In this study, we examined the changes in the number and function of Th-like Treg cell subsets in RA patients, laying a foundation for further exploring the role of Treg cell subsets in the pathogenesis of RA and developing targeted therapy for specific Treg subsets in RA.

Materials and Methods

Patients and Controls

This study included 86 RA patients (71 women and 15 men; mean age of 50.10 ± 12.66 years) recruited from the Clinical Immunology Department of Xijing Hospital, Shannxi, China, from November 2018 to January 2020. Synovial fluid (SF) was collected from 42 patients. All patients met the ACR/EULAR RA classification and the following criteria for treatment: (1) untreated or in drug withdrawal for more than 3 months; or (2) no change in treatment plan in the previous three months without high-dose steroids or immunosuppressants. The study also included 76 sex and age-matched (60 women and 16 men; mean age of 49.19 ± 12.10 years) healthy controls (HC) during the same period.
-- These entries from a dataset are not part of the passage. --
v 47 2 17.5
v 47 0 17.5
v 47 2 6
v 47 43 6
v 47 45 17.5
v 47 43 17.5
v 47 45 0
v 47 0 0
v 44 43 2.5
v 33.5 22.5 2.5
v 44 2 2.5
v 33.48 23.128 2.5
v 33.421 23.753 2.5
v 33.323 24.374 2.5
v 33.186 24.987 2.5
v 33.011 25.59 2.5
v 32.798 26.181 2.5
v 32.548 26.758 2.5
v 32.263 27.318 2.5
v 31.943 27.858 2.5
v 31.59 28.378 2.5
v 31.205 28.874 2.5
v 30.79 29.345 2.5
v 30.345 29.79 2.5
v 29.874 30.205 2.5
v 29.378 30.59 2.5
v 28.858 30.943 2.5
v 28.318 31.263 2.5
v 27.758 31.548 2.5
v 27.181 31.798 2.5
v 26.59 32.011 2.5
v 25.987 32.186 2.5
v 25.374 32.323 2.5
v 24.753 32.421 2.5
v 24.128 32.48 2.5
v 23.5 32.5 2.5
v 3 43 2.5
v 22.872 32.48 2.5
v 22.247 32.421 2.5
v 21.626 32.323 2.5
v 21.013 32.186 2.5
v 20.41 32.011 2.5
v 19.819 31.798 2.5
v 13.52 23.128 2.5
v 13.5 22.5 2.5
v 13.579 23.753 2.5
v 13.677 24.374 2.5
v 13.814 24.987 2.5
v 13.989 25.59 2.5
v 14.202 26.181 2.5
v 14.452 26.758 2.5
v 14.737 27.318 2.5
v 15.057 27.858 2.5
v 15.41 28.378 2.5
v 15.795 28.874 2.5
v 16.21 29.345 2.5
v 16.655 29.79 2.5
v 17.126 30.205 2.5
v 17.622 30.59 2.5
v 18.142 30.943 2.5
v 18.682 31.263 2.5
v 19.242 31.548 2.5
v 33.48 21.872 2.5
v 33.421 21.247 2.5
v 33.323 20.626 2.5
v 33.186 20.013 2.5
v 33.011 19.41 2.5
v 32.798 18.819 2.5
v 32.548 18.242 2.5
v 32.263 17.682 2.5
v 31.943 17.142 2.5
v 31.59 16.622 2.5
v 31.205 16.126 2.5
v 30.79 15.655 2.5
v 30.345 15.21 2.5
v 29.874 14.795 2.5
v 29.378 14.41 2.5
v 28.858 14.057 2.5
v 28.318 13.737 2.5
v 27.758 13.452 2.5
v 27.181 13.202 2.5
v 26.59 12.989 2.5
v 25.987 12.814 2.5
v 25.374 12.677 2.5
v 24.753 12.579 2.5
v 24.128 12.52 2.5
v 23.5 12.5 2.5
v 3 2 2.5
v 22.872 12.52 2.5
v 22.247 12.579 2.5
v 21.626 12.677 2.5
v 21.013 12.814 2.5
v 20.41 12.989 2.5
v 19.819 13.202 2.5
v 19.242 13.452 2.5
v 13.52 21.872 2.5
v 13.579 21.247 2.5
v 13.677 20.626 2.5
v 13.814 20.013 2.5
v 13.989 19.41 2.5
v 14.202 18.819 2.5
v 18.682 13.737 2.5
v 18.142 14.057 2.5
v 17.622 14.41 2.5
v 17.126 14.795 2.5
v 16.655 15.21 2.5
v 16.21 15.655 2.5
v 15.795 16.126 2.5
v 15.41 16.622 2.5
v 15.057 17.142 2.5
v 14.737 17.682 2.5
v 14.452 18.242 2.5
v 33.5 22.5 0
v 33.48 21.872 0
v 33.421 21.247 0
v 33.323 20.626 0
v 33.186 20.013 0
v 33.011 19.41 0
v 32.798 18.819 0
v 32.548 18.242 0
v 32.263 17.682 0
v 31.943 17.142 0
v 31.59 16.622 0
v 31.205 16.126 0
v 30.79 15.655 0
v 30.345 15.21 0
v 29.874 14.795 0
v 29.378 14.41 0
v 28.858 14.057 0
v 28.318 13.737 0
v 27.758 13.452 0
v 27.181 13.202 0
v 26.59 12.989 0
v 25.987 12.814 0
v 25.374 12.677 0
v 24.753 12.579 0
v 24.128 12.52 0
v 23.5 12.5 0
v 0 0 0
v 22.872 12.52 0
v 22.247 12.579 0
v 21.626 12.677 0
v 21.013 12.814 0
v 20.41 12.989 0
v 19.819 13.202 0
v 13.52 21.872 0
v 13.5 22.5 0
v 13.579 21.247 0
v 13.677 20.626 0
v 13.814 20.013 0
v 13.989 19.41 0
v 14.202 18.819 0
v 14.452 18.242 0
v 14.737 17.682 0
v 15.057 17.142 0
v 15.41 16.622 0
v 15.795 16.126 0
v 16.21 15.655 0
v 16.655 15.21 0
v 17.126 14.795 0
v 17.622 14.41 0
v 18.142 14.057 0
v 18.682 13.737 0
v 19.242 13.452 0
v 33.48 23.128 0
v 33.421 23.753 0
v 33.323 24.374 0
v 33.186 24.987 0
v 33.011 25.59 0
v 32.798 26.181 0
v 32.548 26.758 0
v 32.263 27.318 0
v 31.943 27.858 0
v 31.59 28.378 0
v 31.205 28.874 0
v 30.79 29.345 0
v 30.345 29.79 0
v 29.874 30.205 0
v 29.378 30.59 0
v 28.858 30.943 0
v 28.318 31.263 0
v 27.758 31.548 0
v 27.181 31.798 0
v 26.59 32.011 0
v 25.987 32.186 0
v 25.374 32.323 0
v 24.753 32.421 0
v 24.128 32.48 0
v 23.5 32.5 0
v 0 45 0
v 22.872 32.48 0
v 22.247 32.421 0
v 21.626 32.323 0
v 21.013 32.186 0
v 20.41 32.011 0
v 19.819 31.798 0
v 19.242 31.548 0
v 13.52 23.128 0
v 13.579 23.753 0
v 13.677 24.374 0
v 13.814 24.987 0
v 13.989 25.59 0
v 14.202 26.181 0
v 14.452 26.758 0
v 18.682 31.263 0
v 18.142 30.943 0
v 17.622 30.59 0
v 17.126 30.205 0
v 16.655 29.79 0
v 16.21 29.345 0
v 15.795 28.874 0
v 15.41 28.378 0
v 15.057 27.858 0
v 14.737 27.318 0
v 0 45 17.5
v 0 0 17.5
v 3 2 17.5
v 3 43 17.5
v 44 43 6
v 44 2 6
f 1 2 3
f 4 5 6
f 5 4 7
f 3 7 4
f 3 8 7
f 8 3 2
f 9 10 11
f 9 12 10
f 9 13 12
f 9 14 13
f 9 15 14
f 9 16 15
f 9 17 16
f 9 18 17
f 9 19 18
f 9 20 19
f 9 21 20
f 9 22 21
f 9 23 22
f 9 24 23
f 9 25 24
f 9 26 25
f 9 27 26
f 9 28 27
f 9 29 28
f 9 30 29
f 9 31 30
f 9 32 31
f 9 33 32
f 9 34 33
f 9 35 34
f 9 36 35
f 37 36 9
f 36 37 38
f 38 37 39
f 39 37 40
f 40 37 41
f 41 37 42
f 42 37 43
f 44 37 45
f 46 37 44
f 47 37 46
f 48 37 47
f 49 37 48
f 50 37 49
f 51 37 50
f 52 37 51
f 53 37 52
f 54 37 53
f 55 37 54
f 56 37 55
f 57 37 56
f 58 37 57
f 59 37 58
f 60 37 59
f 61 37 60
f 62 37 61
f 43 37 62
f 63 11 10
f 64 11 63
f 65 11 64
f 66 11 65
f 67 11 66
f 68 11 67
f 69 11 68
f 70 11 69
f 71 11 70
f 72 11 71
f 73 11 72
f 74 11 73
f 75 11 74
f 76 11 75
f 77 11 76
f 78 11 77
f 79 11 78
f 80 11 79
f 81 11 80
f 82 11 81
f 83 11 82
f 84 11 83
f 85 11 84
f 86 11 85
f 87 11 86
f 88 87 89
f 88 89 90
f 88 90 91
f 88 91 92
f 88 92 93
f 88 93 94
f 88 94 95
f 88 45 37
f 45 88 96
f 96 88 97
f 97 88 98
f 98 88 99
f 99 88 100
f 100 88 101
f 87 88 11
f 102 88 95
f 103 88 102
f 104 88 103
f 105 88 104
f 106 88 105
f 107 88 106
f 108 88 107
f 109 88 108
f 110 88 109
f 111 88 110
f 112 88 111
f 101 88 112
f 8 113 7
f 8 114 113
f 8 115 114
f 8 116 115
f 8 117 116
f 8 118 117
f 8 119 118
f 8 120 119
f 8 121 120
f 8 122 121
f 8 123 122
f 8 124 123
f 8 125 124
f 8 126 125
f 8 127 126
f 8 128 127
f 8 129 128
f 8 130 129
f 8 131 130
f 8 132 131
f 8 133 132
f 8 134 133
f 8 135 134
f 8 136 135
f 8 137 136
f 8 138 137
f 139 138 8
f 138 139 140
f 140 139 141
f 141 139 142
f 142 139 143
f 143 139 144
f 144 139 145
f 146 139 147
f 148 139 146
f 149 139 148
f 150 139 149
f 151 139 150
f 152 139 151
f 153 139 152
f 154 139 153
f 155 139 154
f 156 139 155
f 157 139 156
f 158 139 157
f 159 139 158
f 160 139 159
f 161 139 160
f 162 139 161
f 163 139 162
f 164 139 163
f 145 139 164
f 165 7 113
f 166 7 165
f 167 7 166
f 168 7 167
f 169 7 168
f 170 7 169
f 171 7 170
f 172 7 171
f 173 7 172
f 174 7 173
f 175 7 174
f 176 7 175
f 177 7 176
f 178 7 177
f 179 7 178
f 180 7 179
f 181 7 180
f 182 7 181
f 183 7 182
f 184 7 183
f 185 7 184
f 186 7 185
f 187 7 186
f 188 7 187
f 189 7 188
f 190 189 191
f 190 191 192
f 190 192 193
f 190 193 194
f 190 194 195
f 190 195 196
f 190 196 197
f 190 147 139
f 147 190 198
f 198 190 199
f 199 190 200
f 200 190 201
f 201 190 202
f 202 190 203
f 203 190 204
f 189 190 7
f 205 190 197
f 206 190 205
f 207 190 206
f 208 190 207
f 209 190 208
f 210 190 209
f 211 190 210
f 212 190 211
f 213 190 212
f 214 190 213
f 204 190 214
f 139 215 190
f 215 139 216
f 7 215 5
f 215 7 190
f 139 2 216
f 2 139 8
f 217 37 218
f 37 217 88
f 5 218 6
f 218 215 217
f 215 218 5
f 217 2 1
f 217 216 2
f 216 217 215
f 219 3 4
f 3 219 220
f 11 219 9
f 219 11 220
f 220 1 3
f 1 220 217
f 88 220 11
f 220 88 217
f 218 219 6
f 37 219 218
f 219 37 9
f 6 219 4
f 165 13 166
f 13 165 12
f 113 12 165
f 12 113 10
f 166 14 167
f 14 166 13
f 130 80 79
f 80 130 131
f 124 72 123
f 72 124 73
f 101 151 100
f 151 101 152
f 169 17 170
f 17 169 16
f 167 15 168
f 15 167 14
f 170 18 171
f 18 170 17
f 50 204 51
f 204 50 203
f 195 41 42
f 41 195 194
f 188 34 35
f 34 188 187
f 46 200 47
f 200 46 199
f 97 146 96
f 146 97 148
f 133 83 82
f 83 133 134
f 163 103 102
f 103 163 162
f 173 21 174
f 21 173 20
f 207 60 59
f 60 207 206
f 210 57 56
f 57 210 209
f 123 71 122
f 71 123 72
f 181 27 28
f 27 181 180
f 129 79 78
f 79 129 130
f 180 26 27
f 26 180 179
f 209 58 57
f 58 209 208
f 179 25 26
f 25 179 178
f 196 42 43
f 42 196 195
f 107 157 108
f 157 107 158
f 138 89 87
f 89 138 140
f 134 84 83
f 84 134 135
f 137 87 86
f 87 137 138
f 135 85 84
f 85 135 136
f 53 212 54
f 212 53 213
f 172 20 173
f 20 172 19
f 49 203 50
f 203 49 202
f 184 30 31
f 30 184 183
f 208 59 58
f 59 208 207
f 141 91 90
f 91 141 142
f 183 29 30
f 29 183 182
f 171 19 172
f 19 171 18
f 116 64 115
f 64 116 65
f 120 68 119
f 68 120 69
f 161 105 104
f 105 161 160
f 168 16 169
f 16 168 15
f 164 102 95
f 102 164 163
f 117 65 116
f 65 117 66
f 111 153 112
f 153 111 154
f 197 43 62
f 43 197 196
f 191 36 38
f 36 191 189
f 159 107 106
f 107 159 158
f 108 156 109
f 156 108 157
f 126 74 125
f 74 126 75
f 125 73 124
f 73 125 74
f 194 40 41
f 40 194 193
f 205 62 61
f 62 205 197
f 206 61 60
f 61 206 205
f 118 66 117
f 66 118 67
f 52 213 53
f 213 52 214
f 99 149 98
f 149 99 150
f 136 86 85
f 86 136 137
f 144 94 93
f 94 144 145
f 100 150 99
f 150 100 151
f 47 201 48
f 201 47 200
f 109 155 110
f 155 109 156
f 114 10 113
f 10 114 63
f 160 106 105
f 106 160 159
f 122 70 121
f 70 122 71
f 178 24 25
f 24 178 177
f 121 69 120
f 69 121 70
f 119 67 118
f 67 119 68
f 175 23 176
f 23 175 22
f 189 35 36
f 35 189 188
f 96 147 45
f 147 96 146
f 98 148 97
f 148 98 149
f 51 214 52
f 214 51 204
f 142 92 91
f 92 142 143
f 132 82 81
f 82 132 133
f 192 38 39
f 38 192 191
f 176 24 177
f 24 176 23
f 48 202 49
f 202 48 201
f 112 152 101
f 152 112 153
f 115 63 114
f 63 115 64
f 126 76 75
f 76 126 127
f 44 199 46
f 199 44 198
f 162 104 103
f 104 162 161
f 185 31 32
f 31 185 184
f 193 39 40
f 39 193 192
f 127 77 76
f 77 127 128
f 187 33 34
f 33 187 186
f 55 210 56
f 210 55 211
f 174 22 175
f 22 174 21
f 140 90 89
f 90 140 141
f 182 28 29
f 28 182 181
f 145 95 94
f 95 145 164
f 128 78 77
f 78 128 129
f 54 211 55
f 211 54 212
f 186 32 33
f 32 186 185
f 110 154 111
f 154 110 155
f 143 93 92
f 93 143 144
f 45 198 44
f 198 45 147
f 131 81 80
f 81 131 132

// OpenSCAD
// Mini Zigbee Module Enclosure - Bottom
// Enclosure for 41x41mm zigbee module

// Parameters (all in mm)
module_size = 41;                   // Internal size for zigbee module
vertical_wall_thickness = 3;        // Thickness of top/bottom walls
horizontal_wall_thickness = 2;      // Thickness of left/right walls
bottom_thickness = 2.5;             // Thickness of bottom plate
top_wall_height = 15;               // Height of top wall above bottom
right_wall_height = 15;             // Height of right wall above bottom
bottom_wall_height = 3.5;           // Height of bottom wall above bottom
left_wall_height = 15;              // Height of left wall above bottom
hole_diameter = 20;                 // Center hole diameter

// Calculated values
outer_width = module_size + (2 * vertical_wall_thickness);      // Width (top to bottom direction)
outer_depth = module_size + (2 * horizontal_wall_thickness);    // Depth (left to right direction)
max_wall_height = max(top_wall_height, max(right_wall_height, max(bottom_wall_height, left_wall_height)));
total_height = bottom_thickness + max_wall_height;    // Total height based on tallest wall

// Main module
module zigbee_bottom() {
    $fn = 100;  // Smooth circles/arcs

    difference() {
        union() {
            // Bottom plate
            cube([outer_width, outer_depth, bottom_thickness]);

            // Top wall (front)
            cube([vertical_wall_thickness, outer_depth, bottom_thickness + top_wall_height]);

            // Bottom wall (back)
            translate([outer_width - vertical_wall_thickness, 0, 0])
                cube([vertical_wall_thickness, outer_depth, bottom_thickness + bottom_wall_height]);

            // Left wall
            cube([outer_width, horizontal_wall_thickness, bottom_thickness + left_wall_height]);

            // Right wall
            translate([0, outer_depth - horizontal_wall_thickness, 0])
                cube([outer_width, horizontal_wall_thickness, bottom_thickness + right_wall_height]);
        }

        // Center hole through bottom
        translate([outer_width/2, outer_depth/2, -0.1])
            cylinder(h = bottom_thickness + 0.2, d = hole_diameter);
    }
}

// Render
zigbee_bottom();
Clinical data from enrolled patients were collected, namely, gender, age, course of disease, number of swollen and tender joints, and disease activity score in 28 joints (DAS28). Laboratory examination data were obtained at the same time of sample collection. The demographic and clinical characteristics of patients are summarized in Table 1. The Ethics Committee of Xijing Hospital approved the study, and all participating subjects signed informed consent.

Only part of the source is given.